Or, dans son œuvre même, Foucault revient à plusieurs reprises et d’une manière très intéressante sur le discours du philanthrope. Il va montrer que le philanthrope dit, mais dit exactement tout et que à la lettre, pour savoir le plus obscur d’une époque, le plus apparemment caché, il suffit de prendre à la lettre, mais à la lettre, le discours du philanthrope. Le plus cru et le plus cynique s’étale dans le discours du philanthrope. Or cela ça nous apportera pour plus tard, c’est pour ça que je le développe dès maintenant car on verra que l’une des bases de la critique de l’humanisme, par Foucault, prend sa source dans sa critique du discours du philanthrope. Mais critiquer ça ne veut pas dire du tout dégager le secret, c’est une opération très différente, c’est dégager les règles auxquelles tel type d’énoncés obéissent, or les règles auxquelles tel type d’énoncés obéissent, elles ne sont pas données, mais elles ne sont absolument pas secrètes, cachées. Elles ne sont pas données parce que c’est des règles. Les règles ne sont pas données. Ce qui est donné, c’est les produits c’est-à-dire les énoncés mêmes et encore si on les trouve, d’après les règles.

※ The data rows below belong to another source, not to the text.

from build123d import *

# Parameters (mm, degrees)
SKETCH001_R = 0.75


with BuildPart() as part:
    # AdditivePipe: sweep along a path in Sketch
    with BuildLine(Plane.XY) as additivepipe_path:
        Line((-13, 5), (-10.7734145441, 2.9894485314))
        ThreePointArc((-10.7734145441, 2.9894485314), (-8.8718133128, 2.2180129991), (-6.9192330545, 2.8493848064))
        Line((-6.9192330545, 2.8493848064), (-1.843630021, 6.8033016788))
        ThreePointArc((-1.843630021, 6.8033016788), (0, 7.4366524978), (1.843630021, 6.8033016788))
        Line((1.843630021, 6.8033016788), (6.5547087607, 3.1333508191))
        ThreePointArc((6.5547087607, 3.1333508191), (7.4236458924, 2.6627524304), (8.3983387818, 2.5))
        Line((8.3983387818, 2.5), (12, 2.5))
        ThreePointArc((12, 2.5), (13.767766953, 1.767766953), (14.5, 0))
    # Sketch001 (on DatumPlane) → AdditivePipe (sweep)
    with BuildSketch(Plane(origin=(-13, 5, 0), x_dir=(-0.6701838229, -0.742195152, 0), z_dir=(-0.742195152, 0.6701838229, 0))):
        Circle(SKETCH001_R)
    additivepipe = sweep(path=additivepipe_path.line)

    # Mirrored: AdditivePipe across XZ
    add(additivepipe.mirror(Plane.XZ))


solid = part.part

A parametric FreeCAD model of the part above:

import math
import FreeCAD as App
import Part
import Sketcher
from FreeCAD import Vector

doc = App.newDocument("Part")
body = doc.addObject("PartDesign::Body", "Body")

# Sketch on an angled plane
sketch1 = body.newObject("Sketcher::SketchObject", "Sketch")
sketch1.Placement = App.Placement(Vector(-13, 5, 0), App.Rotation(Vector(-0.670183823, -0.742195152, 0), Vector(0, 0, 1), Vector(-0.742195152, 0.670183823, 0), "ZXY"))
sketch1.addGeometry(Part.Circle(Vector(0, 0, 0), Vector(0, 0, 1), 0.8), False)
sketch1.addConstraint([
    Sketcher.Constraint("Coincident", 0, 3, -1, 1),
    Sketcher.Constraint("Diameter", 0, 1.5),
])

# Sketch on XY plane
sketch2 = body.newObject("Sketcher::SketchObject", "Sketch001")
sketch2.AttachmentSupport = (doc.getObject("XY_Plane"), [""])
sketch2.MapMode = "FlatFace"
sketch2.addGeometry([
    Part.LineSegment(Vector(-13, 5, 0), Vector(-10.8, 3, 0)),  # 0
    Part.ArcOfCircle(Part.Circle(Vector(-8.8, 5.2, 0), Vector(0, 0, 1), 3), math.radians(-132), math.radians(-52)),  # 1
    Part.LineSegment(Vector(-6.9, 2.8, 0), Vector(-1.8, 6.8, 0)),  # 2
    Part.ArcOfCircle(Part.Circle(Vector(0, 4.4, 0), Vector(0, 0, 1), 3), math.radians(52), math.radians(128)),  # 3
    Part.LineSegment(Vector(1.8, 6.8, 0), Vector(6.6, 3.1, 0)),  # 4
    Part.ArcOfCircle(Part.Circle(Vector(8.4, 5.5, 0), Vector(0, 0, 1), 3), math.radians(-128), math.radians(-90)),  # 5
    Part.LineSegment(Vector(8.4, 2.5, 0), Vector(12, 2.5, 0)),  # 6
    Part.ArcOfCircle(Part.Circle(Vector(12, 0, 0), Vector(0, 0, 1), 2.5), math.radians(0), math.radians(90)),  # 7
], False)
sketch2.addConstraint([
    Sketcher.Constraint("Tangent", 0, 2, 1, 1),
    Sketcher.Constraint("Tangent", 1, 2, 2, 1),
    Sketcher.Constraint("Tangent", 2, 2, 3, 2),
    Sketcher.Constraint("Tangent", 3, 1, 4, 1),
    Sketcher.Constraint("Tangent", 4, 2, 5, 1),
    Sketcher.Constraint("Tangent", 5, 2, 6, 1),
    Sketcher.Constraint("Tangent", 6, 2, 7, 2),
    Sketcher.Constraint("Horizontal", 6),
    Sketcher.Constraint("Equal", 1, 3),
    Sketcher.Constraint("Equal", 3, 5),
    Sketcher.Constraint("Symmetric", 2, 2, 3, 1, -2),
    Sketcher.Constraint("PointOnObject", 7, 3, -1),
    Sketcher.Constraint("PointOnObject", 7, 1, -1),
    Sketcher.Constraint("Radius", 1, 3.0),
    Sketcher.Constraint("Radius", 7, 2.5),
    Sketcher.Constraint("Distance", 0, 3.0),
    Sketcher.Constraint("DistanceX", -1, 1, 7, 3, 12.0),
    Sketcher.Constraint("DistanceX", 0, 1, -1, 1, 13.0),
    Sketcher.Constraint("DistanceY", -1, 1, 0, 1, 5.0),
    Sketcher.Constraint("DistanceX", 6, 1, 6, 2, 3.601661),
    Sketcher.Constraint("DistanceY", -1, 1, 2, 2, 6.803302),
])
doc.recompute()

additivepipe = body.newObject("PartDesign::AdditivePipe", "AdditivePipe")
additivepipe.Profile = sketch1
additivepipe.Spine = (sketch2, ["Edge1", "Edge2", "Edge3", "Edge4", "Edge5", "Edge6", "Edge7", "Edge8"])
doc.recompute()

mirrored = body.newObject("PartDesign::Mirrored", "Mirrored")
mirrored.Originals = [additivepipe]
mirrored.MirrorPlane = (doc.getObject("XZ_Plane"), [""])
body.Tip = mirrored

doc.recompute()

Donc : discours du philanthrope. Premier grand cas d’analyse de discours de philanthrope, c’est-à-dire du régime d’énoncé correspondant, c’est la libération des fous à la fin du XVIIIème et au début du XIXème siècle. A peu près simultanément en Amérique et en France. En France c’est Pinel. Pinel qui est nommé à l’époque, "un grand philanthrope" et qui libère les fous de leurs chaînes. Déchaîner les fous. Voilà et j’ai vérifié avant de venir, Petit Larousse : « Pinel » il y a - alors là, c’est un énoncé il est dit pour Pinel, et pourquoi pas ? que : "il a substitué la douceur à la violence dans les asiles. Par là c’est un grand philanthrope". Et il y a une anecdote célèbre, dont Foucault cite les sources : c’est le fils de Pinel qui raconte l’entrevue grandiose du monstre difforme et du grand philanthrope. C’est le conventionnel Couthon, paralytique, régicide - il avait voté la mort de Louis XVI - il était infirme, paralytique, il se promenait en petite voiture, [ ?] et Couthon vient voir Pinel à l’asile et lui dit : « camarade, toi-même tu es fou, car on me dit que tu veux libérer ces créatures ignobles ». Pinel le regarde de toute sa taille et dit :« oui citoyen, mais j’y arriverai ». Et l’autre dit « grand bien te fasse, mais qu’ils ne s’échappent pas ! » et il s’en va en étant poussé dans sa chaise - le monstre - et le grand philanthrope achève son œuvre, il casse les chaînes des fous. Bon. Foucault il n’est pas contre, il dit « d’accord, d’accord », mais, ça va nous mettre un peu sur la voie de : comment on a trouvé les énoncés ? Il dit : il ne faut pas en rester simplement à ce récit filial qui est très beau, mais voilà... Parce qu’il faut voir les déclarations de Pinel lui-même, il s’agit de quoi ? Et bien ça nous intéresse déjà directement : Pinel dans ses déclarations parle bien en effet : « libérer les fous, leur ôter leurs chaînes », ça c’est une doctrine, on ne peut pas nier et en effet les fous ne seront plus enchaînés, du moins plus immédiatement enchaînés. Mais on remplace ça par quoi, les chaînes ? Pinel ne le cache pas, toute la méthode repose sur ceci : il faut que le fou soit constamment vu, c’est-à-dire surveillé, qu’il soit constamment vu et surveillé, et constamment jugé. Et Pinel lâche les deux grands mots qui vont nous mettre sur la voie des énoncés :
-  regard
-  et jugement.

En d’autres termes ce qui va remplacer les chaînes matérielles c’est le regard du surveillant et le jugement perpétuel, le regard perpétuel du surveillant et le jugement perpétuel du soignant. Pourquoi j’insiste là-dessus ?
-  Regard nous renvoie à visibilité - que le fou soit visible vingt-quatre heures sur vingt-quatre.
-  Et jugement nous renvoie à un type d’énoncé.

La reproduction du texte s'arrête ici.